9. Investigations, Offenses and Penalties

Under the new law, jurisdiction over party-list organizations is transferred from the
SEC to the Commission on Elections (COMELEC), subject to the implementing rules
to be jointly promulgated by the SEC and the COMELEC (Sec. 182).
The RCC also enumerates the various specific offenses and their corresponding
penalties, with special emphasis on fraud and graft and corrupt practices:

a. Unauthorized Use of Corporate Name (Sec. 159);


b. Violation of Disqualification Provision (Sec. 160);
c. Violation of Duty to Maintain Records, to Allow Inspection or Reproduction
(Sec. 161);
d. Willful Certification of Incomplete, Inaccurate, False or Misleading Statements
or Reports (Sec. 162);
e. Independent Auditor Collusion (Sec. 163);
f. Obtaining Corporate Registration Through Fraud (Sec. 164);
g. Fraudulent Conduct of Business (Sec. 165);
h. Acting as Intermediaries for Graft and Corrupt Practices (Sec. 166);
i.

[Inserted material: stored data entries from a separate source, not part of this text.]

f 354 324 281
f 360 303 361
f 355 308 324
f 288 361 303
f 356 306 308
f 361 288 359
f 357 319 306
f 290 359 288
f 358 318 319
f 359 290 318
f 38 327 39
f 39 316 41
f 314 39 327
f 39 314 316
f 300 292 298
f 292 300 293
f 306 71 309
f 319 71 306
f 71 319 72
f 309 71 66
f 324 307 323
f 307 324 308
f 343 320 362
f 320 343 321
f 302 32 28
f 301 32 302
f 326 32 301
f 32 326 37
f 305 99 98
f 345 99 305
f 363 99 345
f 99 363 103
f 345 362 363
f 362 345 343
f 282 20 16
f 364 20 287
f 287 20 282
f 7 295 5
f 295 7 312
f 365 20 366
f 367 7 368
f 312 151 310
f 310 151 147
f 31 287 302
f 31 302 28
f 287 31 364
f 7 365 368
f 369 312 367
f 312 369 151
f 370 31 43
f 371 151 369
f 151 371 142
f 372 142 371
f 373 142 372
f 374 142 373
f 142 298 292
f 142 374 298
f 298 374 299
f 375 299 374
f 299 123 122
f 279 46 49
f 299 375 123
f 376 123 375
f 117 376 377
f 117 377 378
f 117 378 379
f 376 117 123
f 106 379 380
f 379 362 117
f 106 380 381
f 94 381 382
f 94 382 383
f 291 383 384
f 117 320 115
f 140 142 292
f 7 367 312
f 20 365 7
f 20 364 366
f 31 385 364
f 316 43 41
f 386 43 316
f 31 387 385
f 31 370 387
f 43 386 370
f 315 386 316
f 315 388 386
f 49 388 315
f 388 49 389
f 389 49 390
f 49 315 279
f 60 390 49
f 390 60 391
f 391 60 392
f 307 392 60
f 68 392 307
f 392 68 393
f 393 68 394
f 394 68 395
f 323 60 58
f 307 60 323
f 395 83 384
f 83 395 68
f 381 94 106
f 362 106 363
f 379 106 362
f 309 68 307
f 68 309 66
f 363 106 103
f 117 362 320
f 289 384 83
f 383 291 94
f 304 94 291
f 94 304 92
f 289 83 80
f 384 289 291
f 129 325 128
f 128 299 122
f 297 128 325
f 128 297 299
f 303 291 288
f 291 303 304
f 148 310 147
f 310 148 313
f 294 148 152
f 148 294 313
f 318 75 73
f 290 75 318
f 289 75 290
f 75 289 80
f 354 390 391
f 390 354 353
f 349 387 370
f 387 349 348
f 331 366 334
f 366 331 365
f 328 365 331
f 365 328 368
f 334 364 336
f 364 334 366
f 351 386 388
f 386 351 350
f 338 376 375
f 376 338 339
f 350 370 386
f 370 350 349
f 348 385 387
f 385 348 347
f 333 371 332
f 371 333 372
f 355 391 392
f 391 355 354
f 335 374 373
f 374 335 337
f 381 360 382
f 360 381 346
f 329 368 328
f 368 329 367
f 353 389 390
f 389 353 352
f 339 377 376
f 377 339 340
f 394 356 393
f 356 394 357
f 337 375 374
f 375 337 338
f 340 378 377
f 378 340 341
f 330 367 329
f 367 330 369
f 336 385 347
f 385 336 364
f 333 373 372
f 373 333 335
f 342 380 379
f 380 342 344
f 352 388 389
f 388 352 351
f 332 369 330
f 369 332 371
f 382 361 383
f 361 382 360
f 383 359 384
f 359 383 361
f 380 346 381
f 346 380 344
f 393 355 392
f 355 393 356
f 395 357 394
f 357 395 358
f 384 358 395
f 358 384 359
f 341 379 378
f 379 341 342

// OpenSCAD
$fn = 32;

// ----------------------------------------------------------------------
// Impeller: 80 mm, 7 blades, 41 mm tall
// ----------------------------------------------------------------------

Engaging Intermediaries for Graft and Corrupt Practices (Sec. 167);
j. Tolerating Graft and Corrupt Practices (Sec. 168);
k. Retaliation Against Whistleblowers (Sec. 169); and
l. Other Violations of the Code (Sec. 170).

10. Technological Updates

Aside from recognizing stockholder or member votes cast in absentia via remote


communication methods, the new law also allows the AOI and applications for
amendments thereto to be filed with the SEC in the form of electronic documents, in
accordance with the rules on electronic filing that the SEC will promulgate ( Sec. 13).
The SEC is further mandated to implement an electronic filing and monitoring system
to expedite corporate name reservation and registration, incorporation, submission
of reports, notices and documents required by the RCC ( Sec. 180).